╭─ Supplied material
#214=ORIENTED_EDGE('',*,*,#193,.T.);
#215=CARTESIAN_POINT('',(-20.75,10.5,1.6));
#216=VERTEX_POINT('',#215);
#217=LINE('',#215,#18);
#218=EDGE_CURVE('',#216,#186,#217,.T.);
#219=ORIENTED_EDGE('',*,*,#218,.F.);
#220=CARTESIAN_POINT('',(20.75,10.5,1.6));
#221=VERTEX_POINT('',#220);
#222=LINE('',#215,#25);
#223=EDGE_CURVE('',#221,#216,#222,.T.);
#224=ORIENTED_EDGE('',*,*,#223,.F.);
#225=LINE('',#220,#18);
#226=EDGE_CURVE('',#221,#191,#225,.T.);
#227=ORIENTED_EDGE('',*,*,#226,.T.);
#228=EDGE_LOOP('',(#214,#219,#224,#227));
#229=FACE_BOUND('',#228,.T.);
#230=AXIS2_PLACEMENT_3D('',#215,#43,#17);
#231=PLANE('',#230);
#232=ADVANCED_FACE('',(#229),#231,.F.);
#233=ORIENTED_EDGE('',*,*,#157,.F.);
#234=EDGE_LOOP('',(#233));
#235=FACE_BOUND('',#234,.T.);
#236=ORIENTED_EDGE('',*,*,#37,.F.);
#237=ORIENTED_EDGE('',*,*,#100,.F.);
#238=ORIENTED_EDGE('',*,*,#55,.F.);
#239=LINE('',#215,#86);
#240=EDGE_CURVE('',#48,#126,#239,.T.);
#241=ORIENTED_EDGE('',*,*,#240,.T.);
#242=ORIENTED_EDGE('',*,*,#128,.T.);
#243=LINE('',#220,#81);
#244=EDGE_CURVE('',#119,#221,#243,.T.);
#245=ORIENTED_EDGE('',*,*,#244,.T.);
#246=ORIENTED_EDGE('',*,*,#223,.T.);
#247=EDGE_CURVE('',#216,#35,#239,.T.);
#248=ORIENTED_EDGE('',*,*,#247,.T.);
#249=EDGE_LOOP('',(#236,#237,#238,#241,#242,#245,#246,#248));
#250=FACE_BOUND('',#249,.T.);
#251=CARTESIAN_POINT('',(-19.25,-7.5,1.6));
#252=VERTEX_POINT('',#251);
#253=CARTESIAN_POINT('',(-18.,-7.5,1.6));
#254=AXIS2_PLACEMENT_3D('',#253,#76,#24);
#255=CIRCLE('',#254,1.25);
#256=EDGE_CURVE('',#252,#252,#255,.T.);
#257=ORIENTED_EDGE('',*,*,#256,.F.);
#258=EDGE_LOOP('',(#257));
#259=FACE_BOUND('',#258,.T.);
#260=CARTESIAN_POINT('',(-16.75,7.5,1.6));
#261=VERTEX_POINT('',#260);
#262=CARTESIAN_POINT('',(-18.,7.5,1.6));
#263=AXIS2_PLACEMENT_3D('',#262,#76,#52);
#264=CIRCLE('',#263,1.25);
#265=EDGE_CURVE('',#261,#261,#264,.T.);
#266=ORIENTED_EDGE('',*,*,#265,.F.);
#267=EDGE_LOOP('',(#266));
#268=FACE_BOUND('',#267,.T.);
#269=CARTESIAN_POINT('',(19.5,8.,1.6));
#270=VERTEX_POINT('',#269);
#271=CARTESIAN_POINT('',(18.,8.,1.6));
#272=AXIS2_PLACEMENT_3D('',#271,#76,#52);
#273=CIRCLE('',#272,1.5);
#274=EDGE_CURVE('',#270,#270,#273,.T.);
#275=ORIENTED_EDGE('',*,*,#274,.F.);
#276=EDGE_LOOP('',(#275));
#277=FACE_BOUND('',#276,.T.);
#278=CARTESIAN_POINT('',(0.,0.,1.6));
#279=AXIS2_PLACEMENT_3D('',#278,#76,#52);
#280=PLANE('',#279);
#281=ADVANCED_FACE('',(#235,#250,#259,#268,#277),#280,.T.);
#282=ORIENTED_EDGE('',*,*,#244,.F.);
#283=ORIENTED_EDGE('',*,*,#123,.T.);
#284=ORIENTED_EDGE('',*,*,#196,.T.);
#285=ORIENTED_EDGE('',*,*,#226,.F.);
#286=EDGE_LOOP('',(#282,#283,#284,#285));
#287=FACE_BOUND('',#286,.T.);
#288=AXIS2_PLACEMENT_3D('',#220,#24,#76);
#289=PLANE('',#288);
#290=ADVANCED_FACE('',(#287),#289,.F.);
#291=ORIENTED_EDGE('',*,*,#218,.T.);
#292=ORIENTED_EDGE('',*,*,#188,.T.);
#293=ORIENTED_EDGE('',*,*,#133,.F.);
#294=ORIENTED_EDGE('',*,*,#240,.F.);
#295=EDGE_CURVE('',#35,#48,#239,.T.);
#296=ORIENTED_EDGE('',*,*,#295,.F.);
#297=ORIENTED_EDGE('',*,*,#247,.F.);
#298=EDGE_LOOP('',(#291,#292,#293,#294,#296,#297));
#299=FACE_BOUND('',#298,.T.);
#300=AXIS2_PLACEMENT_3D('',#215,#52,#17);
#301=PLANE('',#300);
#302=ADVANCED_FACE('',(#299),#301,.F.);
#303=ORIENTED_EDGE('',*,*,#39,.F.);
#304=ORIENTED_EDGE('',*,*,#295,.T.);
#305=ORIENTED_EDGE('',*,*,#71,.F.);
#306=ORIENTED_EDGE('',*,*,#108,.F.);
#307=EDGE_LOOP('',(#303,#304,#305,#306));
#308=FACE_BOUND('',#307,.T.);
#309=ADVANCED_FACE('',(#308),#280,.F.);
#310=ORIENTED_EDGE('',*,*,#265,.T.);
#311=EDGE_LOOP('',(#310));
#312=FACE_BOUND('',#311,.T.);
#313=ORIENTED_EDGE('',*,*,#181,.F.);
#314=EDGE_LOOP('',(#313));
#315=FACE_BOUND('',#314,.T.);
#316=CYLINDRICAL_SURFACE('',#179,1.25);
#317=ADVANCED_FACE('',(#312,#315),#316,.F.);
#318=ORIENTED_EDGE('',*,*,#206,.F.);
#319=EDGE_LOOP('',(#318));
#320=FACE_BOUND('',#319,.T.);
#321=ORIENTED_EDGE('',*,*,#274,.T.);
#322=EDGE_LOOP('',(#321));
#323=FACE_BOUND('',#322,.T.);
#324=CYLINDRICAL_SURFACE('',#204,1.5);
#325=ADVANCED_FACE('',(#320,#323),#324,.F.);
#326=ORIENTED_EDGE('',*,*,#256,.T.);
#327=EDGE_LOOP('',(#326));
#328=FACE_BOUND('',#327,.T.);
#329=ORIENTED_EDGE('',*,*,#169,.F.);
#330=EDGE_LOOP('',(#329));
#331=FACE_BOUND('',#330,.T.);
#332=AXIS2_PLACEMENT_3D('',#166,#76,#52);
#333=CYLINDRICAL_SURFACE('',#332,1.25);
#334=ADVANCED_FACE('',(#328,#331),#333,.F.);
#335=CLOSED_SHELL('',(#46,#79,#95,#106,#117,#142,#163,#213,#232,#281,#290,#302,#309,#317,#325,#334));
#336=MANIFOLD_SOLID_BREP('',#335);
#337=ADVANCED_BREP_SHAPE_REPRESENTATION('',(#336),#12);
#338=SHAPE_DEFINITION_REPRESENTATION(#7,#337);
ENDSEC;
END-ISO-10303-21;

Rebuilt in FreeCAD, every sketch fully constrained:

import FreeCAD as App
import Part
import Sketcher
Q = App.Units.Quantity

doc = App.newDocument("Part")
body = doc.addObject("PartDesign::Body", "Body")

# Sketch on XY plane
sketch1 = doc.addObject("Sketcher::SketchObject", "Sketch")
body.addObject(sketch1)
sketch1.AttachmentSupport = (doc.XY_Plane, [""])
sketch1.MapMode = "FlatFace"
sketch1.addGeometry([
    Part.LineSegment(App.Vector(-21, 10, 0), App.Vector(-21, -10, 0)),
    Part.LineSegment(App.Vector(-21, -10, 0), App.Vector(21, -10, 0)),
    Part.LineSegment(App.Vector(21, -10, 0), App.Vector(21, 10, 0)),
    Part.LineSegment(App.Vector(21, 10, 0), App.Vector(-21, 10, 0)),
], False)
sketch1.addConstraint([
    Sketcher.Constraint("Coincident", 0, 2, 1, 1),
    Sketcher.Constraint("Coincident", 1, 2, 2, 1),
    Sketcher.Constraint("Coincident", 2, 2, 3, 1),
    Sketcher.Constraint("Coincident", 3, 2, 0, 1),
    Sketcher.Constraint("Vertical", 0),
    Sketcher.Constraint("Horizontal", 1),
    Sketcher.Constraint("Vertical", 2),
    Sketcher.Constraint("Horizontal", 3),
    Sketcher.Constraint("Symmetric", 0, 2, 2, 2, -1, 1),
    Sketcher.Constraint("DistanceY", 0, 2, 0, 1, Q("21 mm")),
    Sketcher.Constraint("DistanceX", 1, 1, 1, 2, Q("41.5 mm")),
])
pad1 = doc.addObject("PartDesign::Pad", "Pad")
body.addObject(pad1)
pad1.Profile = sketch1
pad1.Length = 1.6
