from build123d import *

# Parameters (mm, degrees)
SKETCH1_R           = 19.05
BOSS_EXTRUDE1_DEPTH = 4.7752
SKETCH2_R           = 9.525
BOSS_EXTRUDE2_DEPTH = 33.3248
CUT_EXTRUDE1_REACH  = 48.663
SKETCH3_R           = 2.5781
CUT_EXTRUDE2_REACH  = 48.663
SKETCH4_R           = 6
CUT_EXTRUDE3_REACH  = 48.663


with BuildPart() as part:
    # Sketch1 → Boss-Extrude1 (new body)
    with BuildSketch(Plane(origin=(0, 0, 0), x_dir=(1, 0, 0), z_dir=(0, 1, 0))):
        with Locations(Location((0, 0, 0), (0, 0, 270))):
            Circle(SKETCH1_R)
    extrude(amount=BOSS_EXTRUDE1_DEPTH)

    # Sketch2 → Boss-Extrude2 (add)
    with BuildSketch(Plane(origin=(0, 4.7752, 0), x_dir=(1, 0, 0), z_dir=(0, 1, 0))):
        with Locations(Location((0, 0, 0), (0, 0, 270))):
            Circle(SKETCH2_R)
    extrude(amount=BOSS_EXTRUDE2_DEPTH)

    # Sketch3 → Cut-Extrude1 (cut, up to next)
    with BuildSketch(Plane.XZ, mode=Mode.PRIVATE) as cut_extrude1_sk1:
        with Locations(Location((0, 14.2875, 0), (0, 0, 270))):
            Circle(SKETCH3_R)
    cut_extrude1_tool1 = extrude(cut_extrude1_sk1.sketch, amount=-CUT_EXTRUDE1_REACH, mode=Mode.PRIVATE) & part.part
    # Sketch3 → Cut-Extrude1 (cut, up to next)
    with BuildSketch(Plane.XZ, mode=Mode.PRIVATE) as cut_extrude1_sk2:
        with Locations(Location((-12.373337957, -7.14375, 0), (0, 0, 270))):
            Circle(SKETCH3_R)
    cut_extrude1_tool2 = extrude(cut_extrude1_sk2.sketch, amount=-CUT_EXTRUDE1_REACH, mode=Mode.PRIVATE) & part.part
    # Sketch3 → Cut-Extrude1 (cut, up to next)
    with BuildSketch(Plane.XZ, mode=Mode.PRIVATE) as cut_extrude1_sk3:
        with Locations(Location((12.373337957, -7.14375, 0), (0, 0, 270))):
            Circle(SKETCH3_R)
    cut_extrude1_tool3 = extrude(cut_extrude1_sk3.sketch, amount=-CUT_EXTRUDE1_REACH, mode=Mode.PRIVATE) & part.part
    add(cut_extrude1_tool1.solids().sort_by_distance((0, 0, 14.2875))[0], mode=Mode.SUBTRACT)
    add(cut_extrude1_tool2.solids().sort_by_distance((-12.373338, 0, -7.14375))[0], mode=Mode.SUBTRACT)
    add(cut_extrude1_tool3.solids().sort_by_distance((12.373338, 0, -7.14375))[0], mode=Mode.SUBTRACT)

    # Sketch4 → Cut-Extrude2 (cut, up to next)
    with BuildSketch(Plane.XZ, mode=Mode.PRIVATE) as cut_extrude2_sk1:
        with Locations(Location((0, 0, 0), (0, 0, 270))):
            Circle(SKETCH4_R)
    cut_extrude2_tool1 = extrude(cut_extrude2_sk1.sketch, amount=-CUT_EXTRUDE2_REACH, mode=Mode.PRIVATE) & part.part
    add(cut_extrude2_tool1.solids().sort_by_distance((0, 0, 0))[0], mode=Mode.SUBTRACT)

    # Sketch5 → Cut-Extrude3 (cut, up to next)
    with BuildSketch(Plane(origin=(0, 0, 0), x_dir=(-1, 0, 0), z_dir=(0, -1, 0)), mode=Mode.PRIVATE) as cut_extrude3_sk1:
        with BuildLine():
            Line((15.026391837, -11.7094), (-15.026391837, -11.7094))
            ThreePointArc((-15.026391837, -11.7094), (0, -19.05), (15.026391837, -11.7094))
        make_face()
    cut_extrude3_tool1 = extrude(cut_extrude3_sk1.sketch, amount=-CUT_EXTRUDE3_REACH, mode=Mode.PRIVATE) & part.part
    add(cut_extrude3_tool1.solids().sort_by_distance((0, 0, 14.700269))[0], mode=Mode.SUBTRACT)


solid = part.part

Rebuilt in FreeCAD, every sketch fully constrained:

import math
import FreeCAD as App
import Part
import Sketcher
from FreeCAD import Vector
Q = App.Units.Quantity

doc = App.newDocument("Part")
params = doc.addObject("Spreadsheet::Sheet", "Params")
for row, (alias, value) in enumerate([
    ("sketch1_diameter", "1.5 in"),
    ("pad1_length", "0.188 in"),
    ("sketch2_diameter", "0.75 in"),
    ("pad2_length", "1.312 in"),
    ("sketch3_diameter", "0.203 in"),
    ("sketch4_diameter", "0.203 in"),
    ("sketch5_diameter", "0.203 in"),
    ("sketch7_radius", "0.75 in"),
    ("pocket5_length", "0.188 in"),
], start=1):
    params.set(f"A{row}", alias)
    params.set(f"B{row}", "=" + value)
    params.setAlias(f"B{row}", alias)

body = doc.addObject("PartDesign::Body", "Body")

sketch1 = doc.addObject("Sketcher::SketchObject", "Sketch")
body.addObject(sketch1)
sketch1.AttachmentSupport = (doc.XZ_Plane, [""])
sketch1.MapMode = "FlatFace"
sketch1.addGeometry(Part.Circle(Vector(0, 0, 0), Vector(0, 0, 1), 19), False)
sketch1.addConstraint([
    Sketcher.Constraint("Coincident", 0, 3, -1, 1),
    Sketcher.Constraint("Diameter", 0, Q("1.5 in")),
])
sketch1.setExpression("Constraints[1]", "Params.sketch1_diameter")
pad1 = doc.addObject("PartDesign::Pad", "Pad")
body.addObject(pad1)
pad1.Profile = sketch1
pad1.setExpression("Length", "Params.pad1_length")
pad1.Reversed = True

sketch2 = doc.addObject("Sketcher::SketchObject", "Sketch001")
body.addObject(sketch2)
sketch2.AttachmentSupport = (doc.XZ_Plane, [""])
sketch2.MapMode = "FlatFace"
sketch2.AttachmentOffset = App.Placement(Vector(0, 0, -0.188 * 25.4), App.Rotation())
sketch2.addGeometry(Part.Circle(Vector(0, 0, 0), Vector(0, 0, 1), 10), False)
sketch2.addConstraint([
    Sketcher.Constraint("Coincident", 0, 3, -1, 1),
    Sketcher.Constraint("Diameter", 0, Q("0.75 in")),
])
sketch2.setExpression("Constraints[1]", "Params.sketch2_diameter")
pad2 = doc.addObject("PartDesign::Pad", "Pad001")
body.addObject(pad2)
pad2.Profile = sketch2
pad2.setExpression("Length", "Params.pad2_length")
pad2.Reversed = True

sketch3 = doc.addObject("Sketcher::SketchObject", "Sketch002")
body.addObject(sketch3)
sketch3.AttachmentSupport = (doc.XZ_Plane, [""])
sketch3.MapMode = "FlatFace"
sketch3.addGeometry(Part.Circle(Vector(0, 14.3, 0), Vector(0, 0, 1), 2.6), False)
sketch3.addConstraint([
    Sketcher.Constraint("PointOnObject", 0, 3, -2),
    Sketcher.Constraint("Diameter", 0, Q("0.203 in")),
    Sketcher.Constraint("DistanceY", -1, 1, 0, 3, Q("0.5625 in")),
])
sketch3.setExpression("Constraints[1]", "Params.sketch3_diameter")
pocket1 = doc.addObject("PartDesign::Pocket", "Pocket")
body.addObject(pocket1)
pocket1.Profile = sketch3
pocket1.Type = "UpToFirst"

sketch4 = doc.addObject("Sketcher::SketchObject", "Sketch003")
body.addObject(sketch4)
sketch4.AttachmentSupport = (doc.XZ_Plane, [""])
sketch4.MapMode = "FlatFace"
sketch4.addGeometry(Part.Circle(Vector(-12.4, -7.1, 0), Vector(0, 0, 1), 2.6), False)
sketch4.addConstraint([
    Sketcher.Constraint("Diameter", 0, Q("0.203 in")),
    Sketcher.Constraint("DistanceY", 0, 3, -1, 1, Q("0.28125 in")),
    Sketcher.Constraint("DistanceX", 0, 3, -1, 1, Q("12.373338 mm")),
])
sketch4.setExpression("Constraints[0]", "Params.sketch4_diameter")
pocket2 = doc.addObject("PartDesign::Pocket", "Pocket001")
body.addObject(pocket2)
pocket2.Profile = sketch4
pocket2.Type = "UpToFirst"

sketch5 = doc.addObject("Sketcher::SketchObject", "Sketch004")
body.addObject(sketch5)
sketch5.AttachmentSupport = (doc.XZ_Plane, [""])
sketch5.MapMode = "FlatFace"
sketch5.addGeometry(Part.Circle(Vector(12.4, -7.1, 0), Vector(0, 0, 1), 2.6), False)
sketch5.addConstraint([
    Sketcher.Constraint("Diameter", 0, Q("0.203 in")),
    Sketcher.Constraint("DistanceY", 0, 3, -1, 1, Q("0.28125 in")),
    Sketcher.Constraint("DistanceX", -1, 1, 0, 3, Q("12.373338 mm")),
])
sketch5.setExpression("Constraints[0]", "Params.sketch5_diameter")
pocket3 = doc.addObject("PartDesign::Pocket", "Pocket002")
body.addObject(pocket3)
pocket3.Profile = sketch5
pocket3.Type = "UpToFirst"

sketch6 = doc.addObject("Sketcher::SketchObject", "Sketch005")
body.addObject(sketch6)
sketch6.AttachmentSupport = (doc.XZ_Plane, [""])
sketch6.MapMode = "FlatFace"
sketch6.addGeometry(Part.Circle(Vector(0, 0, 0), Vector(0, 0, 1), 6), False)
sketch6.addConstraint([
    Sketcher.Constraint("Coincident", 0, 3, -1, 1),
    Sketcher.Constraint("Diameter", 0, Q("12 mm")),
])
pocket4 = doc.addObject("PartDesign::Pocket", "Pocket003")
body.addObject(pocket4)
pocket4.Profile = sketch6
pocket4.Type = "UpToFirst"

sketch7 = doc.addObject("Sketcher::SketchObject", "Sketch006")
body.addObject(sketch7)
sketch7.AttachmentSupport = (doc.XZ_Plane, [""])
sketch7.MapMode = "FlatFace"
sketch7.addGeometry([
    Part.LineSegment(Vector(-15, 12, 0), Vector(15, 12, 0)),
    Part.ArcOfCircle(Part.Circle(Vector(0, 0, 0), Vector(0, 0, 1), 19), math.radians(38), math.radians(142)),
], False)
sketch7.addConstraint([
    Sketcher.Constraint("Coincident", 0, 1, 1, 2),
    Sketcher.Constraint("Coincident", 1, 1, 0, 2),
    Sketcher.Constraint("Horizontal", 0),
    Sketcher.Constraint("Coincident", 1, 3, -1, 1),
    Sketcher.Constraint("Radius", 1, Q("0.75 in")),
    Sketcher.Constraint("DistanceY", -1, 1, 0, 1, Q("0.461 in")),
])
sketch7.setExpression("Constraints[4]", "Params.sketch7_radius")
pocket5 = doc.addObject("PartDesign::Pocket", "Pocket004")
body.addObject(pocket5)
pocket5.Profile = sketch7
pocket5.setExpression("Length", "Params.pocket5_length")

doc.recompute()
╰─
▶ _About this exercise_
From the material above, set down exactly the lines starting at the one with "Circle(SKETCH2_R)" and ending at the one with "# Sketch5 →", end lines included.

▶ _Task answer_
            Circle(SKETCH2_R)
    extrude(amount=BOSS_EXTRUDE2_DEPTH)

    # Sketch3 → Cut-Extrude1 (cut, up to next)
    with BuildSketch(Plane.XZ, mode=Mode.PRIVATE) as cut_extrude1_sk1:
        with Locations(Location((0, 14.2875, 0), (0, 0, 270))):
            Circle(SKETCH3_R)
    cut_extrude1_tool1 = extrude(cut_extrude1_sk1.sketch, amount=-CUT_EXTRUDE1_REACH, mode=Mode.PRIVATE) & part.part
    # Sketch3 → Cut-Extrude1 (cut, up to next)
    with BuildSketch(Plane.XZ, mode=Mode.PRIVATE) as cut_extrude1_sk2:
        with Locations(Location((-12.373337957, -7.14375, 0), (0, 0, 270))):
            Circle(SKETCH3_R)
    cut_extrude1_tool2 = extrude(cut_extrude1_sk2.sketch, amount=-CUT_EXTRUDE1_REACH, mode=Mode.PRIVATE) & part.part
    # Sketch3 → Cut-Extrude1 (cut, up to next)
    with BuildSketch(Plane.XZ, mode=Mode.PRIVATE) as cut_extrude1_sk3:
        with Locations(Location((12.373337957, -7.14375, 0), (0, 0, 270))):
            Circle(SKETCH3_R)
    cut_extrude1_tool3 = extrude(cut_extrude1_sk3.sketch, amount=-CUT_EXTRUDE1_REACH, mode=Mode.PRIVATE) & part.part
    add(cut_extrude1_tool1.solids().sort_by_distance((0, 0, 14.2875))[0], mode=Mode.SUBTRACT)
    add(cut_extrude1_tool2.solids().sort_by_distance((-12.373338, 0, -7.14375))[0], mode=Mode.SUBTRACT)
    add(cut_extrude1_tool3.solids().sort_by_distance((12.373338, 0, -7.14375))[0], mode=Mode.SUBTRACT)

    # Sketch4 → Cut-Extrude2 (cut, up to next)
    with BuildSketch(Plane.XZ, mode=Mode.PRIVATE) as cut_extrude2_sk1:
        with Locations(Location((0, 0, 0), (0, 0, 270))):
            Circle(SKETCH4_R)
    cut_extrude2_tool1 = extrude(cut_extrude2_sk1.sketch, amount=-CUT_EXTRUDE2_REACH, mode=Mode.PRIVATE) & part.part
    add(cut_extrude2_tool1.solids().sort_by_distance((0, 0, 0))[0], mode=Mode.SUBTRACT)

    # Sketch5 → Cut-Extrude3 (cut, up to next)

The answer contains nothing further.